EXERCISE INSTRUCTIONS >>
Please give back word for word the lines of the material below between the line containing "f 228 414 419" and the line containing "f 581 388 396", inclusive.

------ RECORDS TO USE

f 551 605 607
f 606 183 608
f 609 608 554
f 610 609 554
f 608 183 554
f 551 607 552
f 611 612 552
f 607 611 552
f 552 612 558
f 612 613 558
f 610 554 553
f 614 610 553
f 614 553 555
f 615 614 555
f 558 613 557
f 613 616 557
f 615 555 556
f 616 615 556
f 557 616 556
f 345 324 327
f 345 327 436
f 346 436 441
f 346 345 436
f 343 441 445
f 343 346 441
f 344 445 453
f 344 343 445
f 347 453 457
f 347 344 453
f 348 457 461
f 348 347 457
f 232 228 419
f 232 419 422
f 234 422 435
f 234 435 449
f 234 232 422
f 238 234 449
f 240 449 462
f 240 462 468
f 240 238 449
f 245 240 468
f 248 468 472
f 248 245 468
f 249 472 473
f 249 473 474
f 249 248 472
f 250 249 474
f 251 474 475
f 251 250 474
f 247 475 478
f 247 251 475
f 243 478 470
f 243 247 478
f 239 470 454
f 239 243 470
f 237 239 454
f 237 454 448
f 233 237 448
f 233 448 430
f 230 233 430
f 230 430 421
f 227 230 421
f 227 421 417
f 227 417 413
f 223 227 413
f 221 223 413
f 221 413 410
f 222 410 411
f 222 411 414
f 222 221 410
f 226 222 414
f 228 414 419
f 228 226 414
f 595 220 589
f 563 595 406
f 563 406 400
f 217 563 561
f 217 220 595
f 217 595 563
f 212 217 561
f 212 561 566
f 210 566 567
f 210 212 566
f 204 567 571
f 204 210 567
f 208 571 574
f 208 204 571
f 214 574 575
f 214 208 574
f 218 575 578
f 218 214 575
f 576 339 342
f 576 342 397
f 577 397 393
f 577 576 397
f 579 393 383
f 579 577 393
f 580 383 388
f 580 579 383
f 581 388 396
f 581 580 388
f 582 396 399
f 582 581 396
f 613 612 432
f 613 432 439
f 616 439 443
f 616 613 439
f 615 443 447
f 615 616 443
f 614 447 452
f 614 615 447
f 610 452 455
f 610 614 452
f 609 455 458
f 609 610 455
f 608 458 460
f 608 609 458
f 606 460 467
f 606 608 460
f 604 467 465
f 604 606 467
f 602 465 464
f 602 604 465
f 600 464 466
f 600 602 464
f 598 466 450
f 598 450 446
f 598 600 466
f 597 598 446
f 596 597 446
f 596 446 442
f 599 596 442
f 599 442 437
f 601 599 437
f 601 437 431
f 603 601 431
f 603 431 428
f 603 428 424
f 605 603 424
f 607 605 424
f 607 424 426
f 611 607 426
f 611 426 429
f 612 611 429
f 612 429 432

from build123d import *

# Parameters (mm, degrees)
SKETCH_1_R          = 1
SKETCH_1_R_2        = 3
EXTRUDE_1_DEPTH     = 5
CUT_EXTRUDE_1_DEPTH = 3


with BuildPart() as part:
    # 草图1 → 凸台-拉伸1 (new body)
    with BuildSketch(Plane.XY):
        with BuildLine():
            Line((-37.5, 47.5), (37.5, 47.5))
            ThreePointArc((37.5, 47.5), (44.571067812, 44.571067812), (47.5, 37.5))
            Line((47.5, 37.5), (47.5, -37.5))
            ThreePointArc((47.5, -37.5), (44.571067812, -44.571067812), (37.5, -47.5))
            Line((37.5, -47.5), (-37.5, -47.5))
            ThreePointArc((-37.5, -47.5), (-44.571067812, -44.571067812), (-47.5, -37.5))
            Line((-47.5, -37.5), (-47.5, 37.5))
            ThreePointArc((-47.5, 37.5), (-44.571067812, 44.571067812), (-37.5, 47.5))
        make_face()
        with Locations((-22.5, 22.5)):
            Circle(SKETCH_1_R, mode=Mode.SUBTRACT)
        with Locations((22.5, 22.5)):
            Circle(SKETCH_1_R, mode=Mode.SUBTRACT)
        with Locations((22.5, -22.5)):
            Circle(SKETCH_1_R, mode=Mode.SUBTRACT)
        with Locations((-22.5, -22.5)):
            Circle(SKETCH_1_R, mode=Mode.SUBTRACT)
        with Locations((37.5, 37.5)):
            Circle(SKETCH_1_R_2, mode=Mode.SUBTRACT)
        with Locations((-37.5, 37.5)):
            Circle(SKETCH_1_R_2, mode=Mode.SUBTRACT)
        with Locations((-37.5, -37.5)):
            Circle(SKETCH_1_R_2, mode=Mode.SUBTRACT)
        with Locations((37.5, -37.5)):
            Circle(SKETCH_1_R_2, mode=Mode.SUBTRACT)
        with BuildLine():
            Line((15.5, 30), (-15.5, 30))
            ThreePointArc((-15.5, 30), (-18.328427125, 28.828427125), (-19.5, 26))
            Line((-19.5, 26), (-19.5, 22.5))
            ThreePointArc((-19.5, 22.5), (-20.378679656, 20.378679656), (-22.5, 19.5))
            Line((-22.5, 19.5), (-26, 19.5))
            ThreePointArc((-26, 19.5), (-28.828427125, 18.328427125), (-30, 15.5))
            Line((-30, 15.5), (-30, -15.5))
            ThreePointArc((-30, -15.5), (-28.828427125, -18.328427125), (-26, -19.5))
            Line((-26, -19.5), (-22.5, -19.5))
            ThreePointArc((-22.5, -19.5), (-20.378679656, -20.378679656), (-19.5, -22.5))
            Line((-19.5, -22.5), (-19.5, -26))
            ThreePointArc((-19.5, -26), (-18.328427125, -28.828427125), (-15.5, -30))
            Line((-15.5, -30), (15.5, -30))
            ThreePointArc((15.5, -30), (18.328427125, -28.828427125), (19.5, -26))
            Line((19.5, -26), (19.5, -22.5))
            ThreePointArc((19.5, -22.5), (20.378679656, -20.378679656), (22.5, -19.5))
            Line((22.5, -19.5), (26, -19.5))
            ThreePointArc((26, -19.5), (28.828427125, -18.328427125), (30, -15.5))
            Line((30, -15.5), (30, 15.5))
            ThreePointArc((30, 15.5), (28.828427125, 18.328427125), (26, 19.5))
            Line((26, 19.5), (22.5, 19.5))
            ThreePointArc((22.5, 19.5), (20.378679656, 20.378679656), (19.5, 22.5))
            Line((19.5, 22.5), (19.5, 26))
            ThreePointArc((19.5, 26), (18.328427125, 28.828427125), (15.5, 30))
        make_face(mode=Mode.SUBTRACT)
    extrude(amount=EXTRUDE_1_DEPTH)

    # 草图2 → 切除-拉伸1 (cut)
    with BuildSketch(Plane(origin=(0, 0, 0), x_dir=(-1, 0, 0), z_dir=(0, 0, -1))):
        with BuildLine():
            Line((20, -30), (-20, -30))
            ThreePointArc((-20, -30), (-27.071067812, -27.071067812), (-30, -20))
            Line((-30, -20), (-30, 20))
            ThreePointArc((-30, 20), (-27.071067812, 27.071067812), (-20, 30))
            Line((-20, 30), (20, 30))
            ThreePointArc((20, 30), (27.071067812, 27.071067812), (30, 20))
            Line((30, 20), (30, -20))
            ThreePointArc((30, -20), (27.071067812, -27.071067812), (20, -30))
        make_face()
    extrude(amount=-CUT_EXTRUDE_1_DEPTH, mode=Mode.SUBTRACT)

------------
------ RECORDS TO USE

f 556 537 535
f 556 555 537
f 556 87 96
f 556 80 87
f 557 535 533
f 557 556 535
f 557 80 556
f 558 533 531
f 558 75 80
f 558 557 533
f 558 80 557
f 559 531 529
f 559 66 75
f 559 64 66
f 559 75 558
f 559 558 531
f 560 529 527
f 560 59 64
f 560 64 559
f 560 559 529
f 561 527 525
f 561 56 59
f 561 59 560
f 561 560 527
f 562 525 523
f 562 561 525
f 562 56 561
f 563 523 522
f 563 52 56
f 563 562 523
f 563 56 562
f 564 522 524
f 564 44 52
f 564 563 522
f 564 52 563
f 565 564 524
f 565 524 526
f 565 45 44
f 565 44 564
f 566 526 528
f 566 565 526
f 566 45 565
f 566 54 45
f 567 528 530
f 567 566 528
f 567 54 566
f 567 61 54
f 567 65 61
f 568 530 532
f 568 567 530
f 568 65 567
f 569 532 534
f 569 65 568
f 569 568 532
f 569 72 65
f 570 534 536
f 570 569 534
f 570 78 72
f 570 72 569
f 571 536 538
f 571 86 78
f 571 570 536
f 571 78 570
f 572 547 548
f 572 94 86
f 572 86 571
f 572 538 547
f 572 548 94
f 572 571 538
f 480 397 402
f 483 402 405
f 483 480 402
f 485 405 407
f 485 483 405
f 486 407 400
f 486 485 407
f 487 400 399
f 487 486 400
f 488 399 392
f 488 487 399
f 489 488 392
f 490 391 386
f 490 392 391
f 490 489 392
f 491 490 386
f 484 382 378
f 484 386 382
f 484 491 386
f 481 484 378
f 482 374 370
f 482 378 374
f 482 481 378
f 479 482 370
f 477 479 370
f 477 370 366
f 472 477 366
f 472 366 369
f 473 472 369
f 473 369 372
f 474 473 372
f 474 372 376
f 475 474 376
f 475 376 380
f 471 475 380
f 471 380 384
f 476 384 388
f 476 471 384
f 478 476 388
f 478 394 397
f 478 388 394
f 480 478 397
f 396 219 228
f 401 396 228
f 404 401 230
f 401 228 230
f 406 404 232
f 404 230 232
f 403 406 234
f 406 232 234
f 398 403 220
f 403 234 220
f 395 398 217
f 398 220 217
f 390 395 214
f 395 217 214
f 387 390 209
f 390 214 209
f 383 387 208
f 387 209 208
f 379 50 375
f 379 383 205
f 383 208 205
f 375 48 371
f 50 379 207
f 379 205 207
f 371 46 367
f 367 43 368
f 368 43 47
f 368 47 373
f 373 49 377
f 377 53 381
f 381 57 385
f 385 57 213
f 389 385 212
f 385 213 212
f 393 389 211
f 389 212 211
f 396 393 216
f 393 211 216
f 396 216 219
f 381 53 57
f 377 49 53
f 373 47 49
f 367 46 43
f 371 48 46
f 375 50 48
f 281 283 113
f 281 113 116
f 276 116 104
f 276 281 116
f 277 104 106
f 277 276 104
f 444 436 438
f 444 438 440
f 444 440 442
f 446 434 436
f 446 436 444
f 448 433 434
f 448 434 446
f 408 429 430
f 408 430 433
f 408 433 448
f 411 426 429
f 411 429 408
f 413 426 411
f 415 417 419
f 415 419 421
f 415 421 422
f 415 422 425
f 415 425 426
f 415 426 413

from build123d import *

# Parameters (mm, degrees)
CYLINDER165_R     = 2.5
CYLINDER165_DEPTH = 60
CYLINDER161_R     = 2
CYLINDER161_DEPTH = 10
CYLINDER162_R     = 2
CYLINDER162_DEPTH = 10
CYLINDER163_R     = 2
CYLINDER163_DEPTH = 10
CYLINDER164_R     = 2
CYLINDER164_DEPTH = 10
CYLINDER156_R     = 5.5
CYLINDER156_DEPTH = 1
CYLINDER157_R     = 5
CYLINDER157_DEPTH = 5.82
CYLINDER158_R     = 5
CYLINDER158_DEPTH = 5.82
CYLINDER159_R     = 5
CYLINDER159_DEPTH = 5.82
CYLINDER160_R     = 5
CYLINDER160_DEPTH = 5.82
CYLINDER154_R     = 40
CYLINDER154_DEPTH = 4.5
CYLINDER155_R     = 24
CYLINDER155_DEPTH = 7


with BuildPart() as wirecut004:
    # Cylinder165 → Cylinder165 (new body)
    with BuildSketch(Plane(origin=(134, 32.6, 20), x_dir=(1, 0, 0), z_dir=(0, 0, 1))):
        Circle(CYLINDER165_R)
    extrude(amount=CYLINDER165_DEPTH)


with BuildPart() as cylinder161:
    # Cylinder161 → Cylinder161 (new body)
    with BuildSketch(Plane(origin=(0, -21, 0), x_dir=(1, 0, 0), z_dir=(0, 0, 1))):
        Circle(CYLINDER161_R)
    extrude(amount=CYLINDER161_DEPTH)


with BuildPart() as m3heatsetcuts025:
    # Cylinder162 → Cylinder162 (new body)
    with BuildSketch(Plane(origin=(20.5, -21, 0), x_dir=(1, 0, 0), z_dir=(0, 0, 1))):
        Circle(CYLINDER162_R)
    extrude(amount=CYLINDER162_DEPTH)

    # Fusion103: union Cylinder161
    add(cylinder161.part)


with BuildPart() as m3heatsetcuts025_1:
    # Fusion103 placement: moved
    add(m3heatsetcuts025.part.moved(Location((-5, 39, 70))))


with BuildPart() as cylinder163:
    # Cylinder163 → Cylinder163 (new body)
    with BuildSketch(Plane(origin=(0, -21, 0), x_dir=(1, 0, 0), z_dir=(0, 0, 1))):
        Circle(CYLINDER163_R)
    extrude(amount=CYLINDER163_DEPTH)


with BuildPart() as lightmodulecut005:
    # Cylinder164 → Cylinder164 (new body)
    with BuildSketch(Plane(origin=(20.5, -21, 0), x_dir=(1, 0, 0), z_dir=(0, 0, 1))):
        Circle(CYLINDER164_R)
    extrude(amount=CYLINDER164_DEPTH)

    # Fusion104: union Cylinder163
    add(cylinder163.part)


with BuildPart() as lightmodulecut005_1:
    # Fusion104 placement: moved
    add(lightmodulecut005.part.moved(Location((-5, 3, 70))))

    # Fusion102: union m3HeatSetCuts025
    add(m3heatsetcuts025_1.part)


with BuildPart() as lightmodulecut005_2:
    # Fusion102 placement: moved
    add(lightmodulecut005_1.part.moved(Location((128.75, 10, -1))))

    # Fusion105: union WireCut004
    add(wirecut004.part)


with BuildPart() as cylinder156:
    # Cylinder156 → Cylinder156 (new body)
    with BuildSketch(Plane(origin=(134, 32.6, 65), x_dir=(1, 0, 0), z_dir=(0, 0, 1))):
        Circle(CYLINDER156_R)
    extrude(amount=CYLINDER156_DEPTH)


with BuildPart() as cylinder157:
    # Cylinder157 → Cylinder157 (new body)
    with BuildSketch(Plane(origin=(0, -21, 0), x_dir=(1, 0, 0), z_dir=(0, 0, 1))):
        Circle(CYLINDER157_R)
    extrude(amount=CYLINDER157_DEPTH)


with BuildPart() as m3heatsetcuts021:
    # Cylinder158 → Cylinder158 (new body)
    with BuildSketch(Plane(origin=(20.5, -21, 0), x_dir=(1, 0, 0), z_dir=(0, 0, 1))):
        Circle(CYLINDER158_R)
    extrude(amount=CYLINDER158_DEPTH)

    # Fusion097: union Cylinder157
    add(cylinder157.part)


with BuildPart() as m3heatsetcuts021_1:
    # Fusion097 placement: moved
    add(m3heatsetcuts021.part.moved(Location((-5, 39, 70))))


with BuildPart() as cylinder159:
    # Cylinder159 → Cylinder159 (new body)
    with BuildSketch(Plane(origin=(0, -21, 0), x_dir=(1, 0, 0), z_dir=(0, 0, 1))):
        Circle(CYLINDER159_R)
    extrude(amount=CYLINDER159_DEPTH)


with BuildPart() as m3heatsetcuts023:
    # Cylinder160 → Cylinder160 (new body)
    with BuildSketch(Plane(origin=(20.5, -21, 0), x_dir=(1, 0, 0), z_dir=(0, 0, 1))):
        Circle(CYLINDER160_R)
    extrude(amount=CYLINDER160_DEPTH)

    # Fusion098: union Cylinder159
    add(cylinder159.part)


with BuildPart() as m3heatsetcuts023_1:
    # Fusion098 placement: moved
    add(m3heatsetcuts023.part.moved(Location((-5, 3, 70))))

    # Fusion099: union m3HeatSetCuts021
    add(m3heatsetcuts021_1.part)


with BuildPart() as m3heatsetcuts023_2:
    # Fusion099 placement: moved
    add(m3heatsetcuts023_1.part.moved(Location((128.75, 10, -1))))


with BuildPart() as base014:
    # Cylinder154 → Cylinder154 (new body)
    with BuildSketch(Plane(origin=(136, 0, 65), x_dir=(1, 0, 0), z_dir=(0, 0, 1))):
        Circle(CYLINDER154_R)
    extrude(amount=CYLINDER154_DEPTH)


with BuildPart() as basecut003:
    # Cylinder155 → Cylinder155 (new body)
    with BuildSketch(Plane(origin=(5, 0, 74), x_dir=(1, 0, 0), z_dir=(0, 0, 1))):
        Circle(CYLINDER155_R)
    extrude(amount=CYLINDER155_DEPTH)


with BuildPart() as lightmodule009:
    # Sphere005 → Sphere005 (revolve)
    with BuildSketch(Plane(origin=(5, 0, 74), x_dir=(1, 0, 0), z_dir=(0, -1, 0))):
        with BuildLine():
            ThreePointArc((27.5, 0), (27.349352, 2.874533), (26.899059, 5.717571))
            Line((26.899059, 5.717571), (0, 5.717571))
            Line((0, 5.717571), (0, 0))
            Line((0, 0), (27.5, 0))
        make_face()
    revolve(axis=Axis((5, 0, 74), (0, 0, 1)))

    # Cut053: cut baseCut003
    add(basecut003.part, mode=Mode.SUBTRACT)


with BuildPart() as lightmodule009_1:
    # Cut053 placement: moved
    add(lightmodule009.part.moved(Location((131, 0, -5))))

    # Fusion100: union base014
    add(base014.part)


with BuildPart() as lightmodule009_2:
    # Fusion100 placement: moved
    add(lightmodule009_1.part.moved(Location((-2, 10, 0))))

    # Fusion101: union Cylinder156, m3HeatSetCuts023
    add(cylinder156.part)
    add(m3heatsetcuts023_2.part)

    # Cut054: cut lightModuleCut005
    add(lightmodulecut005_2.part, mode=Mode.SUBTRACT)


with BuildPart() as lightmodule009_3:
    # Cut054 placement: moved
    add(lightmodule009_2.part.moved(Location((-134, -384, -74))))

------------

FINISHED TASK >>
f 228 414 419
f 228 226 414
f 595 220 589
f 563 595 406
f 563 406 400
f 217 563 561
f 217 220 595
f 217 595 563
f 212 217 561
f 212 561 566
f 210 566 567
f 210 212 566
f 204 567 571
f 204 210 567
f 208 571 574
f 208 204 571
f 214 574 575
f 214 208 574
f 218 575 578
f 218 214 575
f 576 339 342
f 576 342 397
f 577 397 393
f 577 576 397
f 579 393 383
f 579 577 393
f 580 383 388
f 580 579 383
f 581 388 396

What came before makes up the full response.